▶ INFORMATION
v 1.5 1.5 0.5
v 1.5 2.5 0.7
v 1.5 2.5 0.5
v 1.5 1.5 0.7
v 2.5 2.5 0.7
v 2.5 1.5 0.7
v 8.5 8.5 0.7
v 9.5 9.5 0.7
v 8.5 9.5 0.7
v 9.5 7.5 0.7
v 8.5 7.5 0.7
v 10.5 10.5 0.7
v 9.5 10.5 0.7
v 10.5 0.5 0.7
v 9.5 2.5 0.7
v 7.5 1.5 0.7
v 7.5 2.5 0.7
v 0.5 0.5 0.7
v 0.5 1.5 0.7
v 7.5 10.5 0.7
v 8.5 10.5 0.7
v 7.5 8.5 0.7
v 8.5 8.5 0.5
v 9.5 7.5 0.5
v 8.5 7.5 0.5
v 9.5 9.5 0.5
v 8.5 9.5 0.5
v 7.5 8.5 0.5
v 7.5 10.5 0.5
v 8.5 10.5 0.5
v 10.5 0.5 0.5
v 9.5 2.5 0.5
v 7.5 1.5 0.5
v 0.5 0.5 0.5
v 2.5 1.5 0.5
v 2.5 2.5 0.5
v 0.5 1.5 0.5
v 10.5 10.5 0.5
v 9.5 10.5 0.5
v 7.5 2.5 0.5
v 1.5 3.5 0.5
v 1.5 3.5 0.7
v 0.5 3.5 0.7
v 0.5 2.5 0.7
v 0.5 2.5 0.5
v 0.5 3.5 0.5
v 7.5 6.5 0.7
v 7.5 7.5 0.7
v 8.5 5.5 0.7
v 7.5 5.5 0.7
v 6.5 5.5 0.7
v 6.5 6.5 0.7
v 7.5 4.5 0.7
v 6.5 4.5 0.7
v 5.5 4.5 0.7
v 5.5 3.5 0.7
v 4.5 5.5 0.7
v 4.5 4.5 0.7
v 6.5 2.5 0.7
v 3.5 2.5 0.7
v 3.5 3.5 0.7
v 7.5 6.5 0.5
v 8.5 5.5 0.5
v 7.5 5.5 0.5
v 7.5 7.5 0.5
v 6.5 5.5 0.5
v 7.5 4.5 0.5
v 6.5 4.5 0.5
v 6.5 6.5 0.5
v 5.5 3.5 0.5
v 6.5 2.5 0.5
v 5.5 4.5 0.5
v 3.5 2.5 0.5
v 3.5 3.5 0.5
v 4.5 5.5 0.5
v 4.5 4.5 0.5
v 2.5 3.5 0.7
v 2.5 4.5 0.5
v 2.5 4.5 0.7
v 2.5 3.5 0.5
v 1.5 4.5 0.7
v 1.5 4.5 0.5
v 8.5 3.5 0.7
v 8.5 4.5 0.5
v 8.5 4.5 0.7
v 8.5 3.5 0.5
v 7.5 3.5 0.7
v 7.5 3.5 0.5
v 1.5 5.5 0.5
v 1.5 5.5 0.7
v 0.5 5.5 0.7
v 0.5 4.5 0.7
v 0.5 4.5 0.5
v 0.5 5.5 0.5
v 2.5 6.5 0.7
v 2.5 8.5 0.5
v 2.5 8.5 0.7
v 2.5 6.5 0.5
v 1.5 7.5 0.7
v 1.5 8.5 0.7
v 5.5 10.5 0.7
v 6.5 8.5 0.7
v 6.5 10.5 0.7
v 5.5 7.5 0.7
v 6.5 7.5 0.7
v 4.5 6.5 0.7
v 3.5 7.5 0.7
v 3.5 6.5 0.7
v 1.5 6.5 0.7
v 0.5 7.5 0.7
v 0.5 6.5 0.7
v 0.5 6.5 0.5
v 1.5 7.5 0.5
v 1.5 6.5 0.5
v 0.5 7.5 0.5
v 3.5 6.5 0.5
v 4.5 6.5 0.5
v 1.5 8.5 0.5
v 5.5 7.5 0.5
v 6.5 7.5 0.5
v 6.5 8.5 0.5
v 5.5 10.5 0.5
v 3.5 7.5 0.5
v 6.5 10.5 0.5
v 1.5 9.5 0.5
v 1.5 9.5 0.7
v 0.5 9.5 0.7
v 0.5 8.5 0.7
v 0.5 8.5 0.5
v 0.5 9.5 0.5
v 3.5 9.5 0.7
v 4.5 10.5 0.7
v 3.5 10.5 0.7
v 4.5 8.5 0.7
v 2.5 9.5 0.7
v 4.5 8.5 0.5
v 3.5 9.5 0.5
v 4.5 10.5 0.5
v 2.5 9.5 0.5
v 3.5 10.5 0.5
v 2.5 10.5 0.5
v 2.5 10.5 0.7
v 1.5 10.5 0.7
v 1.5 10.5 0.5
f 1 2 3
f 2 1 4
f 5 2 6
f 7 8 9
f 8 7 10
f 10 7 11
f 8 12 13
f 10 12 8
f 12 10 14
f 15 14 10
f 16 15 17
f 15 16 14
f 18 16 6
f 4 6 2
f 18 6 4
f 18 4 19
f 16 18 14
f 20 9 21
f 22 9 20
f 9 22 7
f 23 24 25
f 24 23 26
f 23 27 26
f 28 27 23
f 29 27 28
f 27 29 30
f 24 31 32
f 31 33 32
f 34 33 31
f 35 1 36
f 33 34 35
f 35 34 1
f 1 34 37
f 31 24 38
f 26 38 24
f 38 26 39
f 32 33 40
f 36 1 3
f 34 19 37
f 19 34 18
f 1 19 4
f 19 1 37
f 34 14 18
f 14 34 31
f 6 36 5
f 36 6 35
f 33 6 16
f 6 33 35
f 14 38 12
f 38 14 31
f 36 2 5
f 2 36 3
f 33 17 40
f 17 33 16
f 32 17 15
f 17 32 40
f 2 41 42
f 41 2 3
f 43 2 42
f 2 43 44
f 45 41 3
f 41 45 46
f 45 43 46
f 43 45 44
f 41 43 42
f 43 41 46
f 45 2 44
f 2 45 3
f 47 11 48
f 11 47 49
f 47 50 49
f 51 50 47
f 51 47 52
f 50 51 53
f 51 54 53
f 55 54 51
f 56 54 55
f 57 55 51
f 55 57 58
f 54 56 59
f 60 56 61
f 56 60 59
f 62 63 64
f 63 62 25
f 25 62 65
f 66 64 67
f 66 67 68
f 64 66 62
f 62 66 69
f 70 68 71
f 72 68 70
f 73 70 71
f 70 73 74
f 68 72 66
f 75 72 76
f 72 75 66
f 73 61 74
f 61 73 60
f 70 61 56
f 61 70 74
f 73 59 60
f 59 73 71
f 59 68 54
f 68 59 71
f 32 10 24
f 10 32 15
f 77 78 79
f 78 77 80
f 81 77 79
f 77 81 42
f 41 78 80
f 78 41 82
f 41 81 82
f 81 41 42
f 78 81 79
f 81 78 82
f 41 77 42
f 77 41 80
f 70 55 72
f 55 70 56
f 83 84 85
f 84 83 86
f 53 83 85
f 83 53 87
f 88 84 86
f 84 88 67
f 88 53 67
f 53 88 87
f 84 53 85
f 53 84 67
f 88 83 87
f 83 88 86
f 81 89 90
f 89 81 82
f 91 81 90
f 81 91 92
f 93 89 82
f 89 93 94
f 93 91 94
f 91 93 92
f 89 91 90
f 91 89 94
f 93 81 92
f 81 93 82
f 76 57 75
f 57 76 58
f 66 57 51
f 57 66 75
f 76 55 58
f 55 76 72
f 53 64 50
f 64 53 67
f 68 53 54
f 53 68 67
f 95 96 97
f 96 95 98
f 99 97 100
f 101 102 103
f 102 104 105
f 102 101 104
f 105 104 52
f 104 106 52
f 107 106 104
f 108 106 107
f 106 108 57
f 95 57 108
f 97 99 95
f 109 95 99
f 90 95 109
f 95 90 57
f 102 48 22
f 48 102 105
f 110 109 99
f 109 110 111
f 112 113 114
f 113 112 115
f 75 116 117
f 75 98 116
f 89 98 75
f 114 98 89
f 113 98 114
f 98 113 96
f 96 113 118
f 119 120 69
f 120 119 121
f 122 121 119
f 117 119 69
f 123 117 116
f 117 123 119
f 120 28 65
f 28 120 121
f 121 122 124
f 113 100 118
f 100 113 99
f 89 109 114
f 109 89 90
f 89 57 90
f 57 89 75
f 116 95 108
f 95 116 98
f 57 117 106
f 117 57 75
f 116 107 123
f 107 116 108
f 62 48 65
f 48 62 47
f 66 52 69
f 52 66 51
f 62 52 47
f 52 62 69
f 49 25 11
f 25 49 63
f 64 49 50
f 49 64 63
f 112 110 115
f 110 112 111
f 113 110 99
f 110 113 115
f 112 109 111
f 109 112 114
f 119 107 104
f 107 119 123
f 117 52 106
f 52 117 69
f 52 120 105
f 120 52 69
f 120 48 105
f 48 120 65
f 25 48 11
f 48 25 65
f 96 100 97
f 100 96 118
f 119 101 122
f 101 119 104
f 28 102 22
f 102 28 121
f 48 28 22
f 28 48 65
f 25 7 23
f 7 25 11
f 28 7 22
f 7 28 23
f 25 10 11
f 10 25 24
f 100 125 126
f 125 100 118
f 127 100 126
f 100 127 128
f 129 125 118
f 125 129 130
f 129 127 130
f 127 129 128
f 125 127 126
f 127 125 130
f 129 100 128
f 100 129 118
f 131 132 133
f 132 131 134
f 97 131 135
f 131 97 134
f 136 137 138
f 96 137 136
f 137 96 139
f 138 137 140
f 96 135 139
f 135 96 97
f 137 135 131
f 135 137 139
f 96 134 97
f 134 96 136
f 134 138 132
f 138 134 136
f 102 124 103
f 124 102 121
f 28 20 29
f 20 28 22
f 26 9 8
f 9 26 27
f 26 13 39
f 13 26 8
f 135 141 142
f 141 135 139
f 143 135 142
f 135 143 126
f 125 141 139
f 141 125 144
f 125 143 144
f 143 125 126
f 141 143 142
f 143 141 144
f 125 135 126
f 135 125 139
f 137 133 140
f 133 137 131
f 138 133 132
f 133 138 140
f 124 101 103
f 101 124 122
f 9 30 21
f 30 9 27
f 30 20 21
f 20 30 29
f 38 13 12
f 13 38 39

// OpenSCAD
rotate([0,0,0])translate([0,0,0.6]){
translate([1,1,0])  cube(size = [1,1,0.2], center=true);
translate([2,1,0])  cube(size = [1,1,0.2], center=true);
translate([3,1,0])  cube(size = [1,1,0.2], center=true);
translate([4,1,0])  cube(size = [1,1,0.2], center=true);
translate([5,1,0])  cube(size = [1,1,0.2], center=true);
translate([6,1,0])  cube(size = [1,1,0.2], center=true);
translate([7,1,0])  cube(size = [1,1,0.2], center=true);
translate([8,1,0])  cube(size = [1,1,0.2], center=true);
translate([9,1,0])  cube(size = [1,1,0.2], center=true);
translate([10,1,0])  cube(size = [1,1,0.2], center=true);
translate([10,1,0])  cube(size = [1,1,0.2], center=true);
translate([2,2,0])  cube(size = [1,1,0.2], center=true);
translate([2,2,0])  cube(size = [1,1,0.2], center=true);
translate([2,2,0])  cube(size = [1,1,0.2], center=true);
translate([2,2,0])  cube(size = [1,1,0.2], center=true);
translate([2,2,0])  cube(size = [1,1,0.2], center=true);
translate([2,2,0])  cube(size = [1,1,0.2], center=true);
translate([8,2,0])  cube(size = [1,1,0.2], center=true);
translate([9,2,0])  cube(size = [1,1,0.2], center=true);
translate([10,2,0])  cube(size = [1,1,0.2], center=true);
translate([1,3,0])  cube(size = [1,1,0.2], center=true);
translate([1,3,0])  cube(size = [1,1,0.2], center=true);
translate([1,3,0])  cube(size = [1,1,0.2], center=true);
translate([4,3,0])  cube(size = [1,1,0.2], center=true);
translate([5,3,0])  cube(size = [1,1,0.2], center=true);
translate([6,3,0])  cube(size = [1,1,0.2], center=true);
translate([6,3,0])  cube(size = [1,1,0.2], center=true);
translate([6,3,0])  cube(size = [1,1,0.2], center=true);
translate([6,3,0])  cube(size = [1,1,0.2], center=true);
translate([10,3,0])  cube(size = [1,1,0.2], center=true);
translate([10,3,0])  cube(size = [1,1,0.2], center=true);
translate([2,4,0])  cube(size = [1,1,0.2], center=true);
translate([2,4,0])  cube(size = [1,1,0.2], center=true);
translate([2,4,0])  cube(size = [1,1,0.2], center=true);
translate([2,4,0])  cube(size = [1,1,0.2], center=true);
translate([6,4,0])  cube(size = [1,1,0.2], center=true);
translate([6,4,0])  cube(size = [1,1,0.2], center=true);
translate([8,4,0])  cube(size = [1,1,0.2], center=true);
translate([8,4,0])  cube(size = [1,1,0.2], center=true);
translate([10,4,0])  cube(size = [1,1,0.2], center=true);
translate([1,5,0])  cube(size = [1,1,0.2], center=true);
translate([1,5,0])  cube(size = [1,1,0.2], center=true);
translate([1,5,0])  cube(size = [1,1,0.2], center=true);
translate([1,5,0])  cube(size = [1,1,0.2], center=true);
translate([5,5,0])  cube(size = [1,1,0.2], center=true);
translate([6,5,0])  cube(size = [1,1,0.2], center=true);
translate([7,5,0])  cube(size = [1,1,0.2], center=true);
translate([7,5,0])  cube(size = [1,1,0.2], center=true);
translate([7,5,0])  cube(size = [1,1,0.2], center=true);
translate([10,5,0])  cube(size = [1,1,0.2], center=true);
translate([10,5,0])  cube(size = [1,1,0.2], center=true);
translate([2,6,0])  cube(size = [1,1,0.2], center=true);
translate([3,6,0])  cube(size = [1,1,0.2], center=true);
translate([4,6,0])  cube(size = [1,1,0.2], center=true);
translate([4,6,0])  cube(size = [1,1,0.2], center=true);
translate([4,6,0])  cube(size = [1,1,0.2], center=true);
translate([7,6,0])  cube(size = [1,1,0.2], center=true);
translate([8,6,0])  cube(size = [1,1,0.2], center=true);
translate([8,6,0])  cube(size = [1,1,0.2], center=true);
translate([10,6,0])  cube(size = [1,1,0.2], center=true);
translate([1,7,0])  cube(size = [1,1,0.2], center=true);
translate([2,7,0])  cube(size = [1,1,0.2], center=true);
translate([2,7,0])  cube(size = [1,1,0.2], center=true);
translate([4,7,0])  cube(size = [1,1,0.2], center=true);
translate([5,7,0])  cube(size = [1,1,0.2], center=true);
translate([6,7,0])  cube(size = [1,1,0.2], center=true);
translate([6,7,0])  cube(size = [1,1,0.2], center=true);
translate([8,7,0])  cube(size = [1,1,0.2], center=true);
translate([8,7,0])  cube(size = [1,1,0.2], center=true);
translate([10,7,0])  cube(size = [1,1,0.2], center=true);
translate([10,7,0])  cube(size = [1,1,0.2], center=true);
translate([2,8,0])  cube(size = [1,1,0.2], center=true);
translate([2,8,0])  cube(size = [1,1,0.2], center=true);
translate([2,8,0])  cube(size = [1,1,0.2], center=true);
translate([2,8,0])  cube(size = [1,1,0.2], center=true);
translate([6,8,0])  cube(size = [1,1,0.2], center=true);
translate([7,8,0])  cube(size = [1,1,0.2], center=true);
translate([7,8,0])  cube(size = [1,1,0.2], center=true);
translate([9,8,0])  cube(size = [1,1,0.2], center=true);
translate([10,8,0])  cube(size = [1,1,0.2], center=true);
translate([1,9,0])  cube(size = [1,1,0.2], center=true);
translate([1,9,0])  cube(size = [1,1,0.2], center=true);
translate([3,9,0])  cube(size = [1,1,0.2], center=true);
translate([4,9,0])  cube(size = [1,1,0.2], center=true);
translate([4,9,0])  cube(size = [1,1,0.2], center=true);
translate([6,9,0])  cube(size = [1,1,0.2], center=true);
translate([6,9,0])  cube(size = [1,1,0.2], center=true);
translate([8,9,0])  cube(size = [1,1,0.2], center=true);
translate([9,9,0])  cube(size = [1,1,0.2], center=true);
translate([10,9,0])  cube(size = [1,1,0.2], center=true);
translate([10,9,0])  cube(size = [1,1,0.2], center=true);
translate([2,10,0])  cube(size = [1,1,0.2], center=true);
translate([2,10,0])  cube(size = [1,1,0.2], center=true);
translate([4,10,0])  cube(size = [1,1,0.2], center=true);
translate([4,10,0])  cube(size = [1,1,0.2], center=true);
translate([6,10,0])  cube(size = [1,1,0.2], center=true);
translate([6,10,0])  cube(size = [1,1,0.2], center=true);
translate([8,10,0])  cube(size = [1,1,0.2], center=true);
translate([8,10,0])  cube(size = [1,1,0.2], center=true);
translate([10,10,0])  cube(size = [1,1,0.2], center=true);
}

▶ WHAT YOU SHOULD DO
Transcribe the lines above between the line holding "f 102 48 22" and the line holding "f 100 113 99", inclusive, exactly as they stand and with nothing added.

▶ SOLUTION FOR THIS EXERCISE
f 102 48 22
f 48 102 105
f 110 109 99
f 109 110 111
f 112 113 114
f 113 112 115
f 75 116 117
f 75 98 116
f 89 98 75
f 114 98 89
f 113 98 114
f 98 113 96
f 96 113 118
f 119 120 69
f 120 119 121
f 122 121 119
f 117 119 69
f 123 117 116
f 117 123 119
f 120 28 65
f 28 120 121
f 121 122 124
f 113 100 118
f 100 113 99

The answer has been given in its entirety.